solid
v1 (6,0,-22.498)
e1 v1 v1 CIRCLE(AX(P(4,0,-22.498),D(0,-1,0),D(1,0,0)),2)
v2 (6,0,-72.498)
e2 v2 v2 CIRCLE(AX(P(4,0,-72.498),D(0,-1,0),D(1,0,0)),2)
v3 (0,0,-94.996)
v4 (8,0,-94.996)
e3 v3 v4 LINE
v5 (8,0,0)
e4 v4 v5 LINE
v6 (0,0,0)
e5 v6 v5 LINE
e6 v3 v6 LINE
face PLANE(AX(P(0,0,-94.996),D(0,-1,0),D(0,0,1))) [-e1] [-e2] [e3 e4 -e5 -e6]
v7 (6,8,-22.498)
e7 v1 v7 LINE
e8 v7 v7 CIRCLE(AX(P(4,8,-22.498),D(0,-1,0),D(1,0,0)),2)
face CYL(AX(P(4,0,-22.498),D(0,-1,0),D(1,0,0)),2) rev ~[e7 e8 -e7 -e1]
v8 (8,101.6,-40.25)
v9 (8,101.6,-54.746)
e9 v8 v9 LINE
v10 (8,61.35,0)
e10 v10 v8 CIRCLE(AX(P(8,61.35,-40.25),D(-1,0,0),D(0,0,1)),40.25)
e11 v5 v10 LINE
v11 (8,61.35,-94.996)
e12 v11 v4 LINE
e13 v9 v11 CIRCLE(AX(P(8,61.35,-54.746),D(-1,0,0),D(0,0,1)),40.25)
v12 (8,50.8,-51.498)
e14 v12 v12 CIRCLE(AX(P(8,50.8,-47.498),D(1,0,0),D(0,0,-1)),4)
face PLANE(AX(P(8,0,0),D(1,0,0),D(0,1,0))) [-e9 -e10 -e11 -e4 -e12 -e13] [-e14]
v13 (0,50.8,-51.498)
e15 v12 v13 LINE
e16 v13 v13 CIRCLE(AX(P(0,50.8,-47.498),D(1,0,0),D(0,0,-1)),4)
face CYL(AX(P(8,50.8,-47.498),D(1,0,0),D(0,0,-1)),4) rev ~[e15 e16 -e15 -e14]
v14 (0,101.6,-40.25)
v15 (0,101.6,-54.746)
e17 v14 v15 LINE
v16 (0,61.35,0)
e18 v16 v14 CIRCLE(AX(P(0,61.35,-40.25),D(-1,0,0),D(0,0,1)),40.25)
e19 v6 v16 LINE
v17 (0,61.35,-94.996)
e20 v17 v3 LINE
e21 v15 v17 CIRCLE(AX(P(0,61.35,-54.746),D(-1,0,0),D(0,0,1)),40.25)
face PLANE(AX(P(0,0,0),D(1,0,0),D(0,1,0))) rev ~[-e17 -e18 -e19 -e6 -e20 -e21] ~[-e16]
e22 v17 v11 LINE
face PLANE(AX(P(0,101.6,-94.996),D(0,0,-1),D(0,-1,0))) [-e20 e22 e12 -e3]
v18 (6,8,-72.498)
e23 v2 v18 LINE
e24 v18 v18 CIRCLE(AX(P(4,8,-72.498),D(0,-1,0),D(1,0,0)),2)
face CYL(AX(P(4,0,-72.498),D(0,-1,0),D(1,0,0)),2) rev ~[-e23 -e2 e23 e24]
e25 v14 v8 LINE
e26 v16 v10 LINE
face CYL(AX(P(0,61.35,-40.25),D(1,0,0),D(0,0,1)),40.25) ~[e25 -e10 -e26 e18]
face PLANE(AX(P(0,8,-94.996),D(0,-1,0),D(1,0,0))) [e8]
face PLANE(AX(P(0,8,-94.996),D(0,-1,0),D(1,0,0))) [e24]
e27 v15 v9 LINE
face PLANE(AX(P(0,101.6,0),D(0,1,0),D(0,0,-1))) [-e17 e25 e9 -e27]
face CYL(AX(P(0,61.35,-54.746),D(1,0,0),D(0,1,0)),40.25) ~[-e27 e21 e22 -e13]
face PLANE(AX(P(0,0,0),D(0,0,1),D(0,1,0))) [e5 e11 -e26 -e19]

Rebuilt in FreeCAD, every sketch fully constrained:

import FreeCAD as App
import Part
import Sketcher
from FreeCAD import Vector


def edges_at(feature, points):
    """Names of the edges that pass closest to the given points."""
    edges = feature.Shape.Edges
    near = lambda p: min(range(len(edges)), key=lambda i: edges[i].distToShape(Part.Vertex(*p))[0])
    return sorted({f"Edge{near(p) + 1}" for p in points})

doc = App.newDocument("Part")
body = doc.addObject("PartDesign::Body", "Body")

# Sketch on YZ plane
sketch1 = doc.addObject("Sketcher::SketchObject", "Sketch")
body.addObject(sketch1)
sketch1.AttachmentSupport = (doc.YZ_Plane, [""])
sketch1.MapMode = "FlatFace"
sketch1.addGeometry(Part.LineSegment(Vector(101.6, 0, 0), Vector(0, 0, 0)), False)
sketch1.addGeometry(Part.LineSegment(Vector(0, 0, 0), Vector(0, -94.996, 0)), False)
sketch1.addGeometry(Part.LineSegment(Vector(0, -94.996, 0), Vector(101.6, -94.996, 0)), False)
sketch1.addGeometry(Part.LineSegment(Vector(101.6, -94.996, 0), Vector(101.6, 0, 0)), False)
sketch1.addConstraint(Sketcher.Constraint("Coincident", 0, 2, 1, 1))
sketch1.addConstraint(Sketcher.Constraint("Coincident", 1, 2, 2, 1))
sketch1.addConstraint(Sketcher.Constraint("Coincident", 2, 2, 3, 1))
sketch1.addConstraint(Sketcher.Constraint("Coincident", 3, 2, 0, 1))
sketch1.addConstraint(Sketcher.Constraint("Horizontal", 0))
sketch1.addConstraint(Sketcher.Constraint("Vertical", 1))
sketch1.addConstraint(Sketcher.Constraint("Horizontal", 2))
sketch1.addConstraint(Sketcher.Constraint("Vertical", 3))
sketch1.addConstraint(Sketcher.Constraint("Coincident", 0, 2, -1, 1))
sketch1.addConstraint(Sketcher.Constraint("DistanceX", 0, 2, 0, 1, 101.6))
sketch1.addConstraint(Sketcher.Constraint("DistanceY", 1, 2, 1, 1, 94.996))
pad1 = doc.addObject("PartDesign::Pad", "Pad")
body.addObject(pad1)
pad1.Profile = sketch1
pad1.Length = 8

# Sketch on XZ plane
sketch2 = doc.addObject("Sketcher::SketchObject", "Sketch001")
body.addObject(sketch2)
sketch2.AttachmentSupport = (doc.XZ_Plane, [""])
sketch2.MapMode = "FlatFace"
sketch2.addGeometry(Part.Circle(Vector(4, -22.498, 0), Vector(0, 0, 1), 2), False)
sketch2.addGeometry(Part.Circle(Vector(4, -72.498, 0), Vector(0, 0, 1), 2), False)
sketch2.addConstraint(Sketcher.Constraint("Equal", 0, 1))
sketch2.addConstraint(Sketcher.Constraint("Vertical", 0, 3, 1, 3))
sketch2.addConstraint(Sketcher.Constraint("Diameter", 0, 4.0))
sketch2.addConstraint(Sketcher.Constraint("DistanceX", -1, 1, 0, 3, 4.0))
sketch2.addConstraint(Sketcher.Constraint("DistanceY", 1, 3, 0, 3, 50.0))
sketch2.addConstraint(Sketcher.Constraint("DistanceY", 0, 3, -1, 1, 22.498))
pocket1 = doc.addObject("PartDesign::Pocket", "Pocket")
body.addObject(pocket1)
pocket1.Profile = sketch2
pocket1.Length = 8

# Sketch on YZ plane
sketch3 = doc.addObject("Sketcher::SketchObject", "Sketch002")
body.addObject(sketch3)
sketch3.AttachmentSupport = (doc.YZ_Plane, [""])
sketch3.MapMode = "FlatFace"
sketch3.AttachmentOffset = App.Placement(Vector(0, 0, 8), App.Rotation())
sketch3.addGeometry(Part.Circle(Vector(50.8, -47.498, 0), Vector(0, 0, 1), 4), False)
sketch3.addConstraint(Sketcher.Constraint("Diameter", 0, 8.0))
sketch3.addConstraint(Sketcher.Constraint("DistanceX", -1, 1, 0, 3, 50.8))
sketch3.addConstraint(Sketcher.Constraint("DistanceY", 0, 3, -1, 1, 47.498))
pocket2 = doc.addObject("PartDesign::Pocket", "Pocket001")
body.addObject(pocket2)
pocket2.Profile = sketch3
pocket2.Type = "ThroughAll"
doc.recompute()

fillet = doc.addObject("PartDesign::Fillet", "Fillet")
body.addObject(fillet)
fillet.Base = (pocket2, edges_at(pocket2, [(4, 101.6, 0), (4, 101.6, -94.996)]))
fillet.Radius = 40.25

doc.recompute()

━━━━━━━━━━━━━━━━━━━━

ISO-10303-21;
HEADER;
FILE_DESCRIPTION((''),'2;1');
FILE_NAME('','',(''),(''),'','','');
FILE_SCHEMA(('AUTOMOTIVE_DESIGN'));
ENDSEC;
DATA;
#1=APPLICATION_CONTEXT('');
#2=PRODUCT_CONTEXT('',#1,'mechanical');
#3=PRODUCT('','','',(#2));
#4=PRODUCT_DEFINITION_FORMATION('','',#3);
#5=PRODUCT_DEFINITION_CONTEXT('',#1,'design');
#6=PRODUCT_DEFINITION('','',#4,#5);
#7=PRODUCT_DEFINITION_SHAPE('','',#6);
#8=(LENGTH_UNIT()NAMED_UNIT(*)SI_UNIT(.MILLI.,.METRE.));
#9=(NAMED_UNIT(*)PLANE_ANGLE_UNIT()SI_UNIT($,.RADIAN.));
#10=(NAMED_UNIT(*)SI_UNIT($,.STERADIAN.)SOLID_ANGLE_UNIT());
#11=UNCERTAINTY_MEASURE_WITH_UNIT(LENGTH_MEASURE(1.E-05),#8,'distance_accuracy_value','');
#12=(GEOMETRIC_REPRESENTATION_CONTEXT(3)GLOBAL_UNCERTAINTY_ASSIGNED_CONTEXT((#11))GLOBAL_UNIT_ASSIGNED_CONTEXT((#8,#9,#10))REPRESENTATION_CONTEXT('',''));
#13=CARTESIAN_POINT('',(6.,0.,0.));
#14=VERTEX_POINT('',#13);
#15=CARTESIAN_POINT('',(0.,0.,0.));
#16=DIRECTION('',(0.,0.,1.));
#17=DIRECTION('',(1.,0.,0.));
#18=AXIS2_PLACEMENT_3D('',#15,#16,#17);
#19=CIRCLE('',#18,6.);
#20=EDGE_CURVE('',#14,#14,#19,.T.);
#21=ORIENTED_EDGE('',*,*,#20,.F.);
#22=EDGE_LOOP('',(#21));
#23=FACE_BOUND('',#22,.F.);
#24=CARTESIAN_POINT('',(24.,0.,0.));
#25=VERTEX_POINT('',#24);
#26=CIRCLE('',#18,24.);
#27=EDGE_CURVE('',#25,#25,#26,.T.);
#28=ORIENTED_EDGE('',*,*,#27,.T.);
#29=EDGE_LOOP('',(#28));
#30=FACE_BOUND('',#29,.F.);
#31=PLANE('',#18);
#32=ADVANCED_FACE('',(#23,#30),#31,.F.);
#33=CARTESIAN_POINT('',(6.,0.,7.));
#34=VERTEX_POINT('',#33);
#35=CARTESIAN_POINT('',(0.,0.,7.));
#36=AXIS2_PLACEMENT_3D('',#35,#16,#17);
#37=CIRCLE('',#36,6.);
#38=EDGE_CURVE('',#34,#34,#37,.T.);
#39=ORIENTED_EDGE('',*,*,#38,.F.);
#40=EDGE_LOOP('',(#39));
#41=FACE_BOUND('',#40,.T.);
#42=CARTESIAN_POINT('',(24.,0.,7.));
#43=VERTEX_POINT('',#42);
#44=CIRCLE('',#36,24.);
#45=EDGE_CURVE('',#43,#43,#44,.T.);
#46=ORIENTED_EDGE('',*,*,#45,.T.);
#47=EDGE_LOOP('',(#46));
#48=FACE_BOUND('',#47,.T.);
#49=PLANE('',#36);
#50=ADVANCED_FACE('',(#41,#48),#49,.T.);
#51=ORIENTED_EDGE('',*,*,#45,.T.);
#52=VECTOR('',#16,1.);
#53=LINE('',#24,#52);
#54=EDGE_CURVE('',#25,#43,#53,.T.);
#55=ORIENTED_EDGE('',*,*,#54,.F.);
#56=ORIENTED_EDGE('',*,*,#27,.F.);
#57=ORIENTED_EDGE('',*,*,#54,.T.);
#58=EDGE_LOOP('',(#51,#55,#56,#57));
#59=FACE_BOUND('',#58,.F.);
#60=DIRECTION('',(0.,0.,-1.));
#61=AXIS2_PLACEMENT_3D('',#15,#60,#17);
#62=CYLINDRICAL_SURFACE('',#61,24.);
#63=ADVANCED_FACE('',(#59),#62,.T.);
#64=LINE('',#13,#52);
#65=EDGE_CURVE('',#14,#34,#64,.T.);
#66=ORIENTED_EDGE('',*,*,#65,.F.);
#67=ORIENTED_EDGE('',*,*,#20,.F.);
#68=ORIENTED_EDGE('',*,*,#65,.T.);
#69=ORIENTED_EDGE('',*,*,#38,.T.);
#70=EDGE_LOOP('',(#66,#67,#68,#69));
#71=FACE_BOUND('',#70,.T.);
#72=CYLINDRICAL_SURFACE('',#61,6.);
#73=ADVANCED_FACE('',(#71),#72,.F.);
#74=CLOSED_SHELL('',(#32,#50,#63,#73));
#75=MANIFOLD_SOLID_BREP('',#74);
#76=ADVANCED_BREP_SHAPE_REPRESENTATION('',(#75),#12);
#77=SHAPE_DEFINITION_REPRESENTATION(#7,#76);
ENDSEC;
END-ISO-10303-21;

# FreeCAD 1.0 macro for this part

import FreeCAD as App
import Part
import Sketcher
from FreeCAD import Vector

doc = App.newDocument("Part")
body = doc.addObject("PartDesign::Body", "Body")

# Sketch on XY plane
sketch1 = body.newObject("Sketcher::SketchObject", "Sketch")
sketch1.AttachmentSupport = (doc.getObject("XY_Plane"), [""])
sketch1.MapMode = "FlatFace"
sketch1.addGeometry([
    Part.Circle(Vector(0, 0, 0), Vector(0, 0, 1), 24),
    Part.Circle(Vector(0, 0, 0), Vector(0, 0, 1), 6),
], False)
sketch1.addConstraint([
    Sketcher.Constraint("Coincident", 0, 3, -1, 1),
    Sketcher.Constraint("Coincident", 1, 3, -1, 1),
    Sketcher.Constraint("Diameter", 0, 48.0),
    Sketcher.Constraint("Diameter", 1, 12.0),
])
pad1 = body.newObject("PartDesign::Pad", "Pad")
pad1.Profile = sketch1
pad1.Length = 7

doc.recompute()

━━━━━━━━━━━━━━━━━━━━

→ **Brief**: Reproduce only the lines above, starting at the line with "face CYL(AX(P(0,61.35,-40.25),D(1,0,0),D(0,0,1)),40.25) ~[e25" and ending at the line with "Rebuilt in FreeCAD, every", exactly as written.

→ **Response area**:
face CYL(AX(P(0,61.35,-40.25),D(1,0,0),D(0,0,1)),40.25) ~[e25 -e10 -e26 e18]
face PLANE(AX(P(0,8,-94.996),D(0,-1,0),D(1,0,0))) [e8]
face PLANE(AX(P(0,8,-94.996),D(0,-1,0),D(1,0,0))) [e24]
e27 v15 v9 LINE
face PLANE(AX(P(0,101.6,0),D(0,1,0),D(0,0,-1))) [-e17 e25 e9 -e27]
face CYL(AX(P(0,61.35,-54.746),D(1,0,0),D(0,1,0)),40.25) ~[-e27 e21 e22 -e13]
face PLANE(AX(P(0,0,0),D(0,0,1),D(0,1,0))) [e5 e11 -e26 -e19]

Rebuilt in FreeCAD, every sketch fully constrained:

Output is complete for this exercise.